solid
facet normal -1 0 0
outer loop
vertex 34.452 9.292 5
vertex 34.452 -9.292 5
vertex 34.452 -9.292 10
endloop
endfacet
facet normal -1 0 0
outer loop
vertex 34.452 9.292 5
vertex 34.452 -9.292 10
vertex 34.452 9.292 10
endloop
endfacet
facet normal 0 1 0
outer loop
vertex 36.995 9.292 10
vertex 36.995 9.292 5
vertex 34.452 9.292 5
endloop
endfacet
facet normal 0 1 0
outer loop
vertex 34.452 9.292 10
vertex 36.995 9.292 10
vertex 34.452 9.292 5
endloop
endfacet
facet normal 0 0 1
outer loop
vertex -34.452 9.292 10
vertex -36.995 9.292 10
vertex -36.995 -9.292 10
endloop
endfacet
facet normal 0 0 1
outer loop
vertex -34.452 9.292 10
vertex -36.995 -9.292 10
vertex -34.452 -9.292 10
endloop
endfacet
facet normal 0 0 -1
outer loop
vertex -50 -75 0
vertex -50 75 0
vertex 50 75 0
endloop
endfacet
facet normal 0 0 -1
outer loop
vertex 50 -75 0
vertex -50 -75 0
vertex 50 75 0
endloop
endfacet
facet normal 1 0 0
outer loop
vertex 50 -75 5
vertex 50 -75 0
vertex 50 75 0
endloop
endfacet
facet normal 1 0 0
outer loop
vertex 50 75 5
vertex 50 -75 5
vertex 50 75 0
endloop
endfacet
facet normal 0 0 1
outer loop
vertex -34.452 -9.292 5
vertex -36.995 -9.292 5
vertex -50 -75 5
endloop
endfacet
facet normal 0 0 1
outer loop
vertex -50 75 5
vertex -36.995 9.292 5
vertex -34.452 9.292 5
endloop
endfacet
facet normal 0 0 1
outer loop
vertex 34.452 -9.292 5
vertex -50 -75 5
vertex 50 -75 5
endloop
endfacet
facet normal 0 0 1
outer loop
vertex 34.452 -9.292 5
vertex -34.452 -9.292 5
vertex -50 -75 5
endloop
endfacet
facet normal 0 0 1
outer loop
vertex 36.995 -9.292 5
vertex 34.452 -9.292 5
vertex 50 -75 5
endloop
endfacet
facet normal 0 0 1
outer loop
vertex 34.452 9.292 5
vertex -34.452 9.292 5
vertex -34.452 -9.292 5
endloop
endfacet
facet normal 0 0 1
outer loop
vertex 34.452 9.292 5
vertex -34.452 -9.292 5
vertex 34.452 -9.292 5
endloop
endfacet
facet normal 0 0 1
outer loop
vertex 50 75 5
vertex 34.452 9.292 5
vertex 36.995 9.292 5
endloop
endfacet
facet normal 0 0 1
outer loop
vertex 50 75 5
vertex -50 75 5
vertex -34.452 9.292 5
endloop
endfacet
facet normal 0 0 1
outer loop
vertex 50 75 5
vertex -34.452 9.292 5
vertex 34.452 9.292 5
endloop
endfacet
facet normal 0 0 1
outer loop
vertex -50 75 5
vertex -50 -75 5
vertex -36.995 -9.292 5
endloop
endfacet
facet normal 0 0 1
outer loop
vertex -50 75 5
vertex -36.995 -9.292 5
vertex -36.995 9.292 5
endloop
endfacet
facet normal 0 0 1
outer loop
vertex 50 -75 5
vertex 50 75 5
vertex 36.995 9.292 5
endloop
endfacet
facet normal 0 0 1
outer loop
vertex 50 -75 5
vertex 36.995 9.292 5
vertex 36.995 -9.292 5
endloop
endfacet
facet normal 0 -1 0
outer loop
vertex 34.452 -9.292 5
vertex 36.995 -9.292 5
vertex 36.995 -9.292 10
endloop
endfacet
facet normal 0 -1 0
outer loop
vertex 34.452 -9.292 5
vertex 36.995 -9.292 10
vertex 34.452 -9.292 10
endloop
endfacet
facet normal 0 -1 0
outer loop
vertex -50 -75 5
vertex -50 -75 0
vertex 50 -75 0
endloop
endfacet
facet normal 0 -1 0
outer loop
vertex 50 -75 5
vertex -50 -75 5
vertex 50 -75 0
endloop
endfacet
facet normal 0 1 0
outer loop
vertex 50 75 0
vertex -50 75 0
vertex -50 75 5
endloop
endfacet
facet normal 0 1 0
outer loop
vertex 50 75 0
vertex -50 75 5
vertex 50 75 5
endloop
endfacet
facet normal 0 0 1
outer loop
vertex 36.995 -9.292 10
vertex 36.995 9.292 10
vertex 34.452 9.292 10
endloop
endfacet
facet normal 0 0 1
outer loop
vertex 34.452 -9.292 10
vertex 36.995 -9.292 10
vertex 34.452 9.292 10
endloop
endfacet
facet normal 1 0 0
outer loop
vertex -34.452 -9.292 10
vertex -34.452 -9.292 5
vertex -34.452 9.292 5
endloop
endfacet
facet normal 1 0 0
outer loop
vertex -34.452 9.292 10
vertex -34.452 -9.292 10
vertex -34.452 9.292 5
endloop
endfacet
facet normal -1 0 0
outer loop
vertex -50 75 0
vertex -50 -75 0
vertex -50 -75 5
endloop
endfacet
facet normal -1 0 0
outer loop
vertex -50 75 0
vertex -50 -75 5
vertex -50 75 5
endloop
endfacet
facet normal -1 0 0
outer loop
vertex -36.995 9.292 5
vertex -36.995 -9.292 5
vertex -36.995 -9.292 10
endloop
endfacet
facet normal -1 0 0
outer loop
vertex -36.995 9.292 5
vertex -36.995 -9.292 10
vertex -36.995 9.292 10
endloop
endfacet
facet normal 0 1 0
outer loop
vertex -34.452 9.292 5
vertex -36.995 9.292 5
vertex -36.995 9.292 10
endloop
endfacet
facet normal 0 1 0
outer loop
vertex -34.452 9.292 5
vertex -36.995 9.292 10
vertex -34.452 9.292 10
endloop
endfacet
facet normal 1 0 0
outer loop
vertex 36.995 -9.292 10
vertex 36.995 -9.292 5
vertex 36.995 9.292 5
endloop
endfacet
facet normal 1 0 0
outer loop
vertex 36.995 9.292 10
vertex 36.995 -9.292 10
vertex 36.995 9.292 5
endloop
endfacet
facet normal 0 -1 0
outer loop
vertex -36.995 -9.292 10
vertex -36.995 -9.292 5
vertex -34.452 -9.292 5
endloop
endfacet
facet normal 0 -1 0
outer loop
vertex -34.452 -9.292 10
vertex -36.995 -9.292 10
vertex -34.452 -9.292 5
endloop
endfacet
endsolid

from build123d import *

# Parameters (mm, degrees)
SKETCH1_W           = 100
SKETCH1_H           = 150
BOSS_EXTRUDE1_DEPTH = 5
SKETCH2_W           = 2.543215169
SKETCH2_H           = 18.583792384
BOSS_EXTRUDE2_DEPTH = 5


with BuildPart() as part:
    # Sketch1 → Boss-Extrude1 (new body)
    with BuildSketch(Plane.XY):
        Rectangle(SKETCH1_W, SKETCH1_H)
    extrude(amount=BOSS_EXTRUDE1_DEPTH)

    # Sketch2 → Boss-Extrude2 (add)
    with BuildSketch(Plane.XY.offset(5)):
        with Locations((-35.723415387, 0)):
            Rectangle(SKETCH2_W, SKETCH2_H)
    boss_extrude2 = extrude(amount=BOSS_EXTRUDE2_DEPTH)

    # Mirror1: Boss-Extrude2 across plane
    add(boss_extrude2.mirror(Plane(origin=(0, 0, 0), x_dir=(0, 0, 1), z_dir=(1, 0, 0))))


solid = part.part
==
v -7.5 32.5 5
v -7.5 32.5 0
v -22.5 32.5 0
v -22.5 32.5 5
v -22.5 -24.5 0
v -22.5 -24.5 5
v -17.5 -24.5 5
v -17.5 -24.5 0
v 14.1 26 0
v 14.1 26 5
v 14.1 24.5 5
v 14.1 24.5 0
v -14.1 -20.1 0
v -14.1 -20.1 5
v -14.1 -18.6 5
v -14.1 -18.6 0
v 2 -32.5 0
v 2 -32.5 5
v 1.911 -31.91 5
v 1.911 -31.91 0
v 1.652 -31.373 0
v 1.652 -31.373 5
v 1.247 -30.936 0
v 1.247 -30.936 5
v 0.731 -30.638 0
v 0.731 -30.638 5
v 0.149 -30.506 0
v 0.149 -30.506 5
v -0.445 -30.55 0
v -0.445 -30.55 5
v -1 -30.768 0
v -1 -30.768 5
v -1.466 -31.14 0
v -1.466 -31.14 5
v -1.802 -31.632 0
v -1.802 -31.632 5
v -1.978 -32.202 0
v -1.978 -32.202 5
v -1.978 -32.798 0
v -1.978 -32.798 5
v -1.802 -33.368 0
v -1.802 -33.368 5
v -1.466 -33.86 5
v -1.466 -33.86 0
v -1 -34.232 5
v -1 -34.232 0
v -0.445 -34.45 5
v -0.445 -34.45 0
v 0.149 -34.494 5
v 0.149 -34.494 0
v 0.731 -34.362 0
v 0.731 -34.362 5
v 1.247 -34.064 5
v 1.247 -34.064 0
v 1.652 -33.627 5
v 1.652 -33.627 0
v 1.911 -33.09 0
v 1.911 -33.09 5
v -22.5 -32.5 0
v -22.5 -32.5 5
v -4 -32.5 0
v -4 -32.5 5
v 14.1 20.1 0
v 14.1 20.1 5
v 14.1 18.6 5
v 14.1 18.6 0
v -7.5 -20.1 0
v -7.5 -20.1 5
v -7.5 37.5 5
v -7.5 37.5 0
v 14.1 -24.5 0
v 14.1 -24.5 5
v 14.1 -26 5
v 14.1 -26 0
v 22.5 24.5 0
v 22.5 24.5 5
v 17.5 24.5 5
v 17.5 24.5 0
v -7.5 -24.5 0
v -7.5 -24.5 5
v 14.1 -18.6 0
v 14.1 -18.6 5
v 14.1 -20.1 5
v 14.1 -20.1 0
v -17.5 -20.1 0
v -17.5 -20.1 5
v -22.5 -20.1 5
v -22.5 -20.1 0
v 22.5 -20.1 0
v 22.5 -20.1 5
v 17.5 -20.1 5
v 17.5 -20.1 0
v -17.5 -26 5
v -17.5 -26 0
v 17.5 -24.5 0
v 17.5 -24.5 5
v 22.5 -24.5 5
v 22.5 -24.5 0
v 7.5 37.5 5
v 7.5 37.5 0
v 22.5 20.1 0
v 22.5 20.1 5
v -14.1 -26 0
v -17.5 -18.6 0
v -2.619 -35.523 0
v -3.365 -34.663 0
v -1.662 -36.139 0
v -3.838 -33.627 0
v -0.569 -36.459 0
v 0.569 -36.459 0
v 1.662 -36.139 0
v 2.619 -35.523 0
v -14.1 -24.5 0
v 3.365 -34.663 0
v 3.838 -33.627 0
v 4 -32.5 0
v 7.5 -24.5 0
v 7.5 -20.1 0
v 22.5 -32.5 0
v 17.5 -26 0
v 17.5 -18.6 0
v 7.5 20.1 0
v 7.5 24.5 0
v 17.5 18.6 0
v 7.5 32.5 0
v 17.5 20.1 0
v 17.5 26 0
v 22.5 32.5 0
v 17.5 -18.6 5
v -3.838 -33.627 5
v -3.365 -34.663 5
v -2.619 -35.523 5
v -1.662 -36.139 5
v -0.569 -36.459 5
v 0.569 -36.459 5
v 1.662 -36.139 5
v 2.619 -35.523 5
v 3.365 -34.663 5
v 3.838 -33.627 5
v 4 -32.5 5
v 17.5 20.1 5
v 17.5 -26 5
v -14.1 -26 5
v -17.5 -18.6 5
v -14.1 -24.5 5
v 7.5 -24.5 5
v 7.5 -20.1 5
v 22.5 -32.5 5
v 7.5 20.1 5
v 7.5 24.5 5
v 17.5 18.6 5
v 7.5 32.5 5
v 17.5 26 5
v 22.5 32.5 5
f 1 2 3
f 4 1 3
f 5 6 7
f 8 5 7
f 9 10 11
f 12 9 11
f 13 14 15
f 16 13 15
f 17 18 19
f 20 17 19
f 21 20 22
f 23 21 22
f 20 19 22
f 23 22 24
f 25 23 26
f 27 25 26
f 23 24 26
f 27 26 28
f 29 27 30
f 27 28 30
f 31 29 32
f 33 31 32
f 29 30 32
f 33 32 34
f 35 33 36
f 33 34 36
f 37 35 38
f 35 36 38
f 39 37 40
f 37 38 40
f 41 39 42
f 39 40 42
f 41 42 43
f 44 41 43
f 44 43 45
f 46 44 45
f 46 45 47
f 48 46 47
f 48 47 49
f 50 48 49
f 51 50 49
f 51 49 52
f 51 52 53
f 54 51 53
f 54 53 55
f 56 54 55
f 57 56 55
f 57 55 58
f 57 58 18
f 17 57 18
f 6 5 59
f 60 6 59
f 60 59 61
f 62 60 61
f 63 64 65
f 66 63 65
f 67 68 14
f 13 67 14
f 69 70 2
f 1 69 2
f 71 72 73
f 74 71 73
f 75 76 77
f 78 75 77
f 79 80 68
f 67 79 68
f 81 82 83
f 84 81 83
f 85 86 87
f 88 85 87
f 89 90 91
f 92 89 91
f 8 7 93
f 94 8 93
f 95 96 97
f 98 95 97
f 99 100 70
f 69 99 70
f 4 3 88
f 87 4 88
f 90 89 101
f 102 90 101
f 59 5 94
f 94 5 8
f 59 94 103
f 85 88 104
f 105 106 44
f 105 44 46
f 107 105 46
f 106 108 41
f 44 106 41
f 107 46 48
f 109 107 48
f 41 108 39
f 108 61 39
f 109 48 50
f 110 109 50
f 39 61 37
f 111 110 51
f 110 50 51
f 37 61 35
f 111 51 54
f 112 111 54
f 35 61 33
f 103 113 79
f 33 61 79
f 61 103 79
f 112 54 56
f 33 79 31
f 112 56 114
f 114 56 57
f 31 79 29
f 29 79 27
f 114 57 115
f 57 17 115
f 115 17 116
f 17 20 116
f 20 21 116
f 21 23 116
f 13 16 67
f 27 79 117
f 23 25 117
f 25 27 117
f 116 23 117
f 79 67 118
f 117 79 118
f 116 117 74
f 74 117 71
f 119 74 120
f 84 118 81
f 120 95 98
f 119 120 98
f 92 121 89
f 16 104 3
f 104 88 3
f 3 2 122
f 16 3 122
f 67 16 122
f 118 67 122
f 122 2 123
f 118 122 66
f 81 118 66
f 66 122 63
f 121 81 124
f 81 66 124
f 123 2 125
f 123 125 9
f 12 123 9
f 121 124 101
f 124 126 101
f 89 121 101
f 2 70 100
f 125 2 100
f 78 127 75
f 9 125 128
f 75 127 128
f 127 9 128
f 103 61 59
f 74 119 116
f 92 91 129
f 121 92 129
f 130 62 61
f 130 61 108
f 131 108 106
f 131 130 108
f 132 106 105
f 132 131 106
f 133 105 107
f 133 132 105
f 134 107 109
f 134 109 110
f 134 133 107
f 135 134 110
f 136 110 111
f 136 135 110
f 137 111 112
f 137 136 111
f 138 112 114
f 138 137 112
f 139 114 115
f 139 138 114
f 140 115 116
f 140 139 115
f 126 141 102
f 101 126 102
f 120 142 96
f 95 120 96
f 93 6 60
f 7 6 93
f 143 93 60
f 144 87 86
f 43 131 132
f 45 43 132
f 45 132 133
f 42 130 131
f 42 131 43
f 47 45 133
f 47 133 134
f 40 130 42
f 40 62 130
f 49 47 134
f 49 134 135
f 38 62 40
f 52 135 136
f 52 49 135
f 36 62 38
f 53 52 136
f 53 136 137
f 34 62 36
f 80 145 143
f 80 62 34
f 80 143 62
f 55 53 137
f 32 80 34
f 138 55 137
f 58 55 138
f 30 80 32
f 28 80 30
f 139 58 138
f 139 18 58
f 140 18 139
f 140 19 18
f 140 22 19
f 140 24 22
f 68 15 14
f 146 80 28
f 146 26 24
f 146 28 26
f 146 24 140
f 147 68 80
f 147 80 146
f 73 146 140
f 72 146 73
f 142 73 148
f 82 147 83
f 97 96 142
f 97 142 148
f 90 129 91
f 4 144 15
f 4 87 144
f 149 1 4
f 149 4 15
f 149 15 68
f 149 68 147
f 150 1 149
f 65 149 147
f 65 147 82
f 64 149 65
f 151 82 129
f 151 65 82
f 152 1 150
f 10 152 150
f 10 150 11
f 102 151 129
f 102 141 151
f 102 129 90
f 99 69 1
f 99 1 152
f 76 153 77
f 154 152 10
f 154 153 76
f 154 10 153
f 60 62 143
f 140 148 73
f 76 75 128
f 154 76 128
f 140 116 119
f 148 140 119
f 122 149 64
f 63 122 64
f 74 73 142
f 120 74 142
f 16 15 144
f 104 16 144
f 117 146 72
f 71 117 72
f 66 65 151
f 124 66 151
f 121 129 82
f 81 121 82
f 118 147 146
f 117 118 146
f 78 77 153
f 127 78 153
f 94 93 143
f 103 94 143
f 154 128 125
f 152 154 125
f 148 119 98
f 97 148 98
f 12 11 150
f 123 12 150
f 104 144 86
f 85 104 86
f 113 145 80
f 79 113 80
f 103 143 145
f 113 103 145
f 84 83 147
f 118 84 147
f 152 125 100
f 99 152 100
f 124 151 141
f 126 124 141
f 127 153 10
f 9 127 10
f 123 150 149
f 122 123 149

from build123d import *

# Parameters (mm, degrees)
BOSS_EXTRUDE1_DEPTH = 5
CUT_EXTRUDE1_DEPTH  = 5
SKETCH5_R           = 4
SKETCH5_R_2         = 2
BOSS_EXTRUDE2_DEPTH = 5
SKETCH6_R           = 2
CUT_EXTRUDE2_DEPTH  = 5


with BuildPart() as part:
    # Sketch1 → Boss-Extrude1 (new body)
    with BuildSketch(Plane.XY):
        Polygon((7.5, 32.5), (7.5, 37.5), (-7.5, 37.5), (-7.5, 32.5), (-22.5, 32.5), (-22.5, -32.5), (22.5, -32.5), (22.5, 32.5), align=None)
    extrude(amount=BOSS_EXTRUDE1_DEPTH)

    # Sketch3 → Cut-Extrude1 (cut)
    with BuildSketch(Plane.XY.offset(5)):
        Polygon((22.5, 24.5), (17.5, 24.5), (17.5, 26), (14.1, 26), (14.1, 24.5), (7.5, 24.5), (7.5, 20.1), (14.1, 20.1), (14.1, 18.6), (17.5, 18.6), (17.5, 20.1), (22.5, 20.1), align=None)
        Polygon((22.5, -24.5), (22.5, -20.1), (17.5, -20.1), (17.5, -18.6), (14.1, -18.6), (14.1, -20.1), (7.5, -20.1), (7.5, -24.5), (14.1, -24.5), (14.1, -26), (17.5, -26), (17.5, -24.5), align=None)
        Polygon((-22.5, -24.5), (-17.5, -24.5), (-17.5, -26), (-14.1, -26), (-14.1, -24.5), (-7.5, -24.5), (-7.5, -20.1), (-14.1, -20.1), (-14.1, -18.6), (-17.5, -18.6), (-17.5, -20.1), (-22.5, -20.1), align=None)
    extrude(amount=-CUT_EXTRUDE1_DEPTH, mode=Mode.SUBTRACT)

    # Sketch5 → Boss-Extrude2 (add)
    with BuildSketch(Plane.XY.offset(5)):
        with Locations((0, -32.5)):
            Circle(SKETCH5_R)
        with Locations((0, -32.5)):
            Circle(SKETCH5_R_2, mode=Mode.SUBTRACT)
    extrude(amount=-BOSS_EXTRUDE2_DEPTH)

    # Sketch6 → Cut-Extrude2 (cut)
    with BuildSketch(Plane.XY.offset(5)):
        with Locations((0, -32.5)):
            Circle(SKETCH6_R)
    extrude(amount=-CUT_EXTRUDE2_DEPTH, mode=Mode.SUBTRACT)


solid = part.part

*What you have to do*.
In the data above, start at the line that has "f 84 118 81", stop after the line that has "f 42 130 131", and print every line in between exactly as it stands.

*Answer box*.
f 84 118 81
f 120 95 98
f 119 120 98
f 92 121 89
f 16 104 3
f 104 88 3
f 3 2 122
f 16 3 122
f 67 16 122
f 118 67 122
f 122 2 123
f 118 122 66
f 81 118 66
f 66 122 63
f 121 81 124
f 81 66 124
f 123 2 125
f 123 125 9
f 12 123 9
f 121 124 101
f 124 126 101
f 89 121 101
f 2 70 100
f 125 2 100
f 78 127 75
f 9 125 128
f 75 127 128
f 127 9 128
f 103 61 59
f 74 119 116
f 92 91 129
f 121 92 129
f 130 62 61
f 130 61 108
f 131 108 106
f 131 130 108
f 132 106 105
f 132 131 106
f 133 105 107
f 133 132 105
f 134 107 109
f 134 109 110
f 134 133 107
f 135 134 110
f 136 110 111
f 136 135 110
f 137 111 112
f 137 136 111
f 138 112 114
f 138 137 112
f 139 114 115
f 139 138 114
f 140 115 116
f 140 139 115
f 126 141 102
f 101 126 102
f 120 142 96
f 95 120 96
f 93 6 60
f 7 6 93
f 143 93 60
f 144 87 86
f 43 131 132
f 45 43 132
f 45 132 133
f 42 130 131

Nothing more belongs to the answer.